On the other hand maybe I did.

I cut down a cabinet maker who'd hung himself.

His wife was not well and she'd gone to Denver to see a specialist and she was gone over-long and we was in the office when a boy come a-runnin' and said he'd been found dead and the Sheriff he looked at me and I said "I'll go" and I did, and it was a man I knew and admired, and he'd left hisself a note propped up ag'in a row of chisels all neat-like on his work bench where he kept 'em and he said she was supposed to be back before noontime and she warn't home at sunset and that meant the disease was back and he couldn't face life without her so he tied off a noose to the rafters and set it around his neck and he taken a step off attair ladder into the Hereafter and that's how she found him.
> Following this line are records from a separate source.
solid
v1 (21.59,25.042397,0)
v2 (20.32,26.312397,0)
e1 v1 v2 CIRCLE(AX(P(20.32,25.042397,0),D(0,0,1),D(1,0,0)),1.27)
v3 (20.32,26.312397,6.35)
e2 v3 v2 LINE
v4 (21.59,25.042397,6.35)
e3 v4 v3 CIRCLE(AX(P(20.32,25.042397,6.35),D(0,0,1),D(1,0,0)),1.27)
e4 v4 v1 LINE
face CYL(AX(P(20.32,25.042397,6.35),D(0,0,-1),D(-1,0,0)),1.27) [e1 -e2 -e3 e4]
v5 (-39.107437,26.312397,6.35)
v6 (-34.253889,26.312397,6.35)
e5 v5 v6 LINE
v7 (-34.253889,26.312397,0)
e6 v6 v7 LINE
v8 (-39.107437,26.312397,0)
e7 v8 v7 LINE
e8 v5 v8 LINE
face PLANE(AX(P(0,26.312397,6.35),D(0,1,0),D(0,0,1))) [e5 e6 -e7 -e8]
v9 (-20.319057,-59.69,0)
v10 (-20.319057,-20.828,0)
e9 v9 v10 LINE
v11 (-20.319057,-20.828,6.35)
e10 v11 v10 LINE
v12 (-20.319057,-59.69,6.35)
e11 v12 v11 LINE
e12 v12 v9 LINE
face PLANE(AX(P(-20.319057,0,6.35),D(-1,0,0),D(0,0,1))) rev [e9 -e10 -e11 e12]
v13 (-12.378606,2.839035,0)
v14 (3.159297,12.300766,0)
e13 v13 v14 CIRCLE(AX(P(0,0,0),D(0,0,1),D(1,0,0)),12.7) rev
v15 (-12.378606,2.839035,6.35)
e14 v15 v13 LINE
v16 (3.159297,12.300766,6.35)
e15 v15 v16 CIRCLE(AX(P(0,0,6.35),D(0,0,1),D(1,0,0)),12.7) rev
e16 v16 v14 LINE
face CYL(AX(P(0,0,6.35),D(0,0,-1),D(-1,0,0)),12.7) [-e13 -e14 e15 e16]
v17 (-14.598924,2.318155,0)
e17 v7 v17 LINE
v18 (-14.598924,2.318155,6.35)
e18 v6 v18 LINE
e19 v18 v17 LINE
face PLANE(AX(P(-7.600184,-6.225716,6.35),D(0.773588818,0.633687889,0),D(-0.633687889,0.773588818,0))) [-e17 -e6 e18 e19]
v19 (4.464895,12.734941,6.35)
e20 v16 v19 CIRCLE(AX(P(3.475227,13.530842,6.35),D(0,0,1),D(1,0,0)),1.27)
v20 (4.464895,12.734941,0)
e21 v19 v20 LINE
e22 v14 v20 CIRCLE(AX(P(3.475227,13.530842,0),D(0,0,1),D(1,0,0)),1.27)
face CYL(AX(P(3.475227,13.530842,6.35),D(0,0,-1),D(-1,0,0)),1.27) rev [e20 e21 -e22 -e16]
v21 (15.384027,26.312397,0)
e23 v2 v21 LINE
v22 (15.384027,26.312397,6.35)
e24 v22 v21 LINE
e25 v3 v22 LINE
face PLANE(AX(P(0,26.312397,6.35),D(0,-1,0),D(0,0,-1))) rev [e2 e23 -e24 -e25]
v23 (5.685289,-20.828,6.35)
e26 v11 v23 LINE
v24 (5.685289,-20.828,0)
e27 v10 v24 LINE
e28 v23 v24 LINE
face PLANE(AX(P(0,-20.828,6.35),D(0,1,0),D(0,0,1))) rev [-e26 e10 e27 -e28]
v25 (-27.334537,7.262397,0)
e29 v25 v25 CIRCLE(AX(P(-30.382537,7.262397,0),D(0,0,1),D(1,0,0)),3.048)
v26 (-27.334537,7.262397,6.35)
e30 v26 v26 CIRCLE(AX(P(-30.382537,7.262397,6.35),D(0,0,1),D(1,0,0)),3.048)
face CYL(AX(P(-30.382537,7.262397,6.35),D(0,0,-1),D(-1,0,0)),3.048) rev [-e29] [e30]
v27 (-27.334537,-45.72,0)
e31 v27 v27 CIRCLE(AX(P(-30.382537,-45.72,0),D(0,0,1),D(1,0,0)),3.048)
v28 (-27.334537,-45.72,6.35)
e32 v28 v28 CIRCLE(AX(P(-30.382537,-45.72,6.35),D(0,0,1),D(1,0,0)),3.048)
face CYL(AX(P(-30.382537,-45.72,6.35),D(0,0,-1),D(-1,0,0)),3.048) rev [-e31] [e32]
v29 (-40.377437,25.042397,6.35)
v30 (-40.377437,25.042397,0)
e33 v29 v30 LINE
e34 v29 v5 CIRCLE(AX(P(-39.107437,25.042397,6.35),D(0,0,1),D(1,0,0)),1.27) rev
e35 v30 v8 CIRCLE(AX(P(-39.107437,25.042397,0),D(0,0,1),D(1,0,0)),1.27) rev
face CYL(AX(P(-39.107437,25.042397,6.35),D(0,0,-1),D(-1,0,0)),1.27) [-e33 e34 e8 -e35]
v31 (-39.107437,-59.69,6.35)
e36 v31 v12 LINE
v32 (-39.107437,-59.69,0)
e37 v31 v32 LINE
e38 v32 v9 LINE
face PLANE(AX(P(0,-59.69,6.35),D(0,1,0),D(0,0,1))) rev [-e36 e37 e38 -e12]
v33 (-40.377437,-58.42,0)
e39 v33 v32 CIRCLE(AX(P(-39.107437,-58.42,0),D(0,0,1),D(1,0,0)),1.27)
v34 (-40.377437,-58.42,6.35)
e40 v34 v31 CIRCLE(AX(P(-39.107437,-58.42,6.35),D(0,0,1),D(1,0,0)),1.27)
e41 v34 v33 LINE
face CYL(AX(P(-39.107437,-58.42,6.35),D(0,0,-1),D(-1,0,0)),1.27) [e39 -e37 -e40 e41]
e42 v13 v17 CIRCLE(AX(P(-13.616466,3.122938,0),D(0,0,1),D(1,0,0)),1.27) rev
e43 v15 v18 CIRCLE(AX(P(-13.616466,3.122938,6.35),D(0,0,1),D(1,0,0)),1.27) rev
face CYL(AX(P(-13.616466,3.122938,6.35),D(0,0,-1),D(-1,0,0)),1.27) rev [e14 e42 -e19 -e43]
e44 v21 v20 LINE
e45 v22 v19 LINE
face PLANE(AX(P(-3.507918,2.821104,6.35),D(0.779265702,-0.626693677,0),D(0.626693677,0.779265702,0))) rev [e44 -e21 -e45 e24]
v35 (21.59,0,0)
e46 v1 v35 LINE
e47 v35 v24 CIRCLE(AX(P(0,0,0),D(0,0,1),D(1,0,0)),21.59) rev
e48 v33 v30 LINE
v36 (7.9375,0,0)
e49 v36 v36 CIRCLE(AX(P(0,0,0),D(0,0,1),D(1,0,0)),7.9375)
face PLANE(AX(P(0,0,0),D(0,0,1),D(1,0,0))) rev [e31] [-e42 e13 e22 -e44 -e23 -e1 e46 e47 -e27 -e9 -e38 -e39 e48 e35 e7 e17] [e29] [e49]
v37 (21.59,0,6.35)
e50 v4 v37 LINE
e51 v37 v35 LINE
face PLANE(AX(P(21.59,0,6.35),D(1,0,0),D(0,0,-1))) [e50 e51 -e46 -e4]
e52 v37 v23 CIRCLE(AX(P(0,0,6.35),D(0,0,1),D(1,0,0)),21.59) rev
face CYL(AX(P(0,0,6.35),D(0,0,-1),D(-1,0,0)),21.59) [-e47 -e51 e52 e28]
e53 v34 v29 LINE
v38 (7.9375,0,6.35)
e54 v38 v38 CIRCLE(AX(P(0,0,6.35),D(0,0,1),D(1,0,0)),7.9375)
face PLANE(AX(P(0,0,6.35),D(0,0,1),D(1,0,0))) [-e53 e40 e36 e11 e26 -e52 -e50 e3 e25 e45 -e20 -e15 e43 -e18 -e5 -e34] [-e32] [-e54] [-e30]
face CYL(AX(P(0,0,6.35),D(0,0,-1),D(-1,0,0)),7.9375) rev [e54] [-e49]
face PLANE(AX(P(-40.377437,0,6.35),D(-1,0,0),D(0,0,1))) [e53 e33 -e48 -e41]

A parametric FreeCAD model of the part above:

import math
import FreeCAD as App
import Part
import Sketcher
from FreeCAD import Vector
Q = App.Units.Quantity

doc = App.newDocument("Part")
params = doc.addObject("Spreadsheet::Sheet", "Params")
for row, (alias, value) in enumerate([
    ("sketch1_radius", "0.5 in"),
    ("sketch1_diameter", "0.24 in"),
    ("sketch1_radius2", "0.05 in"),
    ("sketch1_radius3", "0.85 in"),
    ("sketch1_diameter2", "0.625 in"),
    ("pad1_length", "0.25 in"),
], start=1):
    params.set(f"A{row}", alias)
    params.set(f"B{row}", "=" + value)
    params.setAlias(f"B{row}", alias)

body = doc.addObject("PartDesign::Body", "Body")

# Sketch on XY plane
sketch1 = body.newObject("Sketcher::SketchObject", "Sketch")
sketch1.AttachmentSupport = (doc.getObject("XY_Plane"), [""])
sketch1.MapMode = "FlatFace"
sketch1.addGeometry([
    Part.LineSegment(Vector(21.59, 0, 0), Vector(21.59, 25.042397, 0)),  # 0
    Part.ArcOfCircle(Part.Circle(Vector(20.32, 25.042397, 0), Vector(0, 0, 1), 1.27), math.radians(0), math.radians(90)),  # 1
    Part.LineSegment(Vector(20.32, 26.312397, 0), Vector(15.384027, 26.312397, 0)),  # 2
    Part.LineSegment(Vector(15.384027, 26.312397, 0), Vector(4.464895, 12.734941, 0)),  # 3
    Part.ArcOfCircle(Part.Circle(Vector(3.475227, 13.530842, 0), Vector(0, 0, 1), 1.27), math.radians(-104.404359), math.radians(-38.806607)),  # 4
    Part.ArcOfCircle(Part.Circle(Vector(0, 0, 0), Vector(0, 0, 1), 12.7), math.radians(75.595641), math.radians(167.082605)),  # 5
    Part.ArcOfCircle(Part.Circle(Vector(-13.616466, 3.122938, 0), Vector(0, 0, 1), 1.27), math.radians(-140.677264), math.radians(-12.917395)),  # 6
    Part.LineSegment(Vector(-14.598924, 2.318155, 0), Vector(-34.253889, 26.312397, 0)),  # 7
    Part.LineSegment(Vector(-34.253889, 26.312397, 0), Vector(-39.107437, 26.312397, 0)),  # 8
    Part.ArcOfCircle(Part.Circle(Vector(-39.107437, 25.042397, 0), Vector(0, 0, 1), 1.27), math.radians(90), math.radians(180)),  # 9
    Part.LineSegment(Vector(-40.377437, 25.042397, 0), Vector(-40.377437, -58.42, 0)),  # 10
    Part.ArcOfCircle(Part.Circle(Vector(-39.107437, -58.42, 0), Vector(0, 0, 1), 1.27), math.radians(180), math.radians(270)),  # 11
    Part.LineSegment(Vector(-39.107437, -59.69, 0), Vector(-20.319057, -59.69, 0)),  # 12
    Part.LineSegment(Vector(-20.319057, -59.69, 0), Vector(-20.319057, -20.828, 0)),  # 13
    Part.LineSegment(Vector(-20.319057, -20.828, 0), Vector(5.685289, -20.828, 0)),  # 14
    Part.ArcOfCircle(Part.Circle(Vector(0, 0, 0), Vector(0, 0, 1), 21.59), math.radians(-74.73227), math.radians(0)),  # 15
    Part.Circle(Vector(-30.382537, -45.72, 0), Vector(0, 0, 1), 3.048),  # 16
    Part.Circle(Vector(-30.382537, 7.262397, 0), Vector(0, 0, 1), 3.048),  # 17
    Part.Circle(Vector(0, 0, 0), Vector(0, 0, 1), 7.9375),  # 18
], False)
sketch1.addConstraint([
    Sketcher.Constraint("Tangent", 0, 2, 1, 1),
    Sketcher.Constraint("Tangent", 1, 2, 2, 1),
    Sketcher.Constraint("Coincident", 2, 2, 3, 1),
    Sketcher.Constraint("Tangent", 3, 2, 4, 2),
    Sketcher.Constraint("Tangent", 4, 1, 5, 1),
    Sketcher.Constraint("Tangent", 5, 2, 6, 2),
    Sketcher.Constraint("Tangent", 6, 1, 7, 1),
    Sketcher.Constraint("Coincident", 7, 2, 8, 1),
    Sketcher.Constraint("Tangent", 8, 2, 9, 1),
    Sketcher.Constraint("Tangent", 9, 2, 10, 1),
    Sketcher.Constraint("Tangent", 10, 2, 11, 1),
    Sketcher.Constraint("Tangent", 11, 2, 12, 1),
    Sketcher.Constraint("Coincident", 12, 2, 13, 1),
    Sketcher.Constraint("Coincident", 13, 2, 14, 1),
    Sketcher.Constraint("Coincident", 14, 2, 15, 1),
    Sketcher.Constraint("Tangent", 15, 2, 0, 1),
    Sketcher.Constraint("Vertical", 0),
    Sketcher.Constraint("Horizontal", 2),
    Sketcher.Constraint("Horizontal", 8),
    Sketcher.Constraint("Vertical", 10),
    Sketcher.Constraint("Horizontal", 12),
    Sketcher.Constraint("Vertical", 13),
    Sketcher.Constraint("Horizontal", 14),
    Sketcher.Constraint("Coincident", 5, 3, -1, 1),
    Sketcher.Constraint("Coincident", 15, 3, -1, 1),
    Sketcher.Constraint("Coincident", 18, 3, -1, 1),
    Sketcher.Constraint("Equal", 1, 4),
    Sketcher.Constraint("Equal", 4, 6),
    Sketcher.Constraint("Equal", 6, 9),
    Sketcher.Constraint("Equal", 9, 11),
    Sketcher.Constraint("Equal", 16, 17),
    Sketcher.Constraint("Horizontal", 1, 3, 9, 3),
    Sketcher.Constraint("Vertical", 16, 3, 17, 3),
    Sketcher.Constraint("Radius", 5, Q("0.5 in")),
    Sketcher.Constraint("Diameter", 16, Q("0.24 in")),
    Sketcher.Constraint("Radius", 1, Q("0.05 in")),
    Sketcher.Constraint("Radius", 15, Q("0.85 in")),
    Sketcher.Constraint("Diameter", 18, Q("0.625 in")),
    Sketcher.Constraint("DistanceY", 13, 1, 13, 2, Q("1.53 in")),
    Sketcher.Constraint("DistanceY", 11, 3, -1, 1, Q("2.3 in")),
    Sketcher.Constraint("DistanceY", 16, 3, -1, 1, Q("1.8 in")),
    Sketcher.Constraint("DistanceY", 17, 3, 9, 3, Q("0.7 in")),
    Sketcher.Constraint("DistanceX", 12, 1, 12, 2, Q("0.7397 in")),
    Sketcher.Constraint("DistanceX", 11, 3, 16, 3, Q("0.3435 in")),
    Sketcher.Constraint("DistanceX", 8, 2, 8, 1, 4.853548),
    Sketcher.Constraint("DistanceX", 4, 3, 2, 2, 11.9088),
    Sketcher.Constraint("DistanceY", 3, 2, 4, 3, 0.795901),
    Sketcher.Constraint("Distance", 7, 31.01679),
    Sketcher.Constraint("DistanceX", 2, 2, 2, 1, 4.935973),
    Sketcher.Constraint("DistanceX", 14, 1, 14, 2, 26.004346),
])
sketch1.setExpression("Constraints[33]", "Params.sketch1_radius")
sketch1.setExpression("Constraints[34]", "Params.sketch1_diameter")
sketch1.setExpression("Constraints[35]", "Params.sketch1_radius2")
sketch1.setExpression("Constraints[36]", "Params.sketch1_radius3")
sketch1.setExpression("Constraints[37]", "Params.sketch1_diameter2")
pad1 = body.newObject("PartDesign::Pad", "Pad")
pad1.Profile = sketch1
pad1.setExpression("Length", "Params.pad1_length")

doc.recompute()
Her and her daughter they went to Denver and they found out the disease was gone and they was so happy they went shoppin' an' they come back all happy and they went out in the shop to give him the good news and they found him hangin' dead and I reckon that's what killed his wife for she died not a month later all pale and drawn and lookin' like she'd aged ten years.  She didn't kill herself but Doc said like as not she died of a broken heart.

I've seen men killed many ways and that never bothered me much but what got to me was the grief of them that was left behint.

The Sheriff he helped as many as he could but women were scarce and a widow back East would be in black for a year and out here, why, she might be in mourning for a week or two and then there was men with their hat in their hand allowin' as she'd make a fine wife and inside of half a year they was generally married ag'in.

I said all this because when I could not sleep Annette couldn't sleep neither and she'd come down to the kitchen table and set with me and she'd look at me with them worried eyes and she'd hold my hand and ask if I wanted to talk and I'd hold her hand and I reckon I smiled like a bashful little boy for that's how I felt, she was my wife but God help me I could feel like a dirt kickin' schoolboy when the prettiest girl in the schoolroom set down with him, and this night I was up and couldn't sleep but 'twas not me that come out of the bunk first, she did so I went down and this time I held her hand and asked her if everything was all right and did she want to talk.

Turns out everything wasn't and she did.

I won't say that all women worry.

I will say that Annette was worried and maybe scared some.

She fixed tea and she was real quiet for she did not wish to wake the maid, the kettle was on the stove and the stove was banked and the water was warm enough yet and she brewed and we sipped and finally she looked at me with them big lovely eyes of hers and she whispered like her throat was all tight, "Did your father tell you about your mother?"

I blinked and I looked at her kind of puzzled and the look I give her must have been answer enough for she looked down and pressed her lips together not like she was mad but ruther like she was comin' to some decision.

She looked back up and whispered, "Esther lost her baby today."

I heard a woman's quick in-draw of breath and I looked at the maid, she was standin' there with her hair braided and throwed over one shoulder in front of her, she was wearin' her night cap an' her night gown and she had her hands over her mouth the way she did when she got surprisin' news that warn't good.

"You'd best have a set," I spoke up, "you look like you seen a ghost," and she kind of fumbled for a chair and Annette she must have figured she'd be gettin' up for she had a tea cup ready and she poured out some good warm tea for her and them two women got to discussin' it and I leaned back and listened and watched.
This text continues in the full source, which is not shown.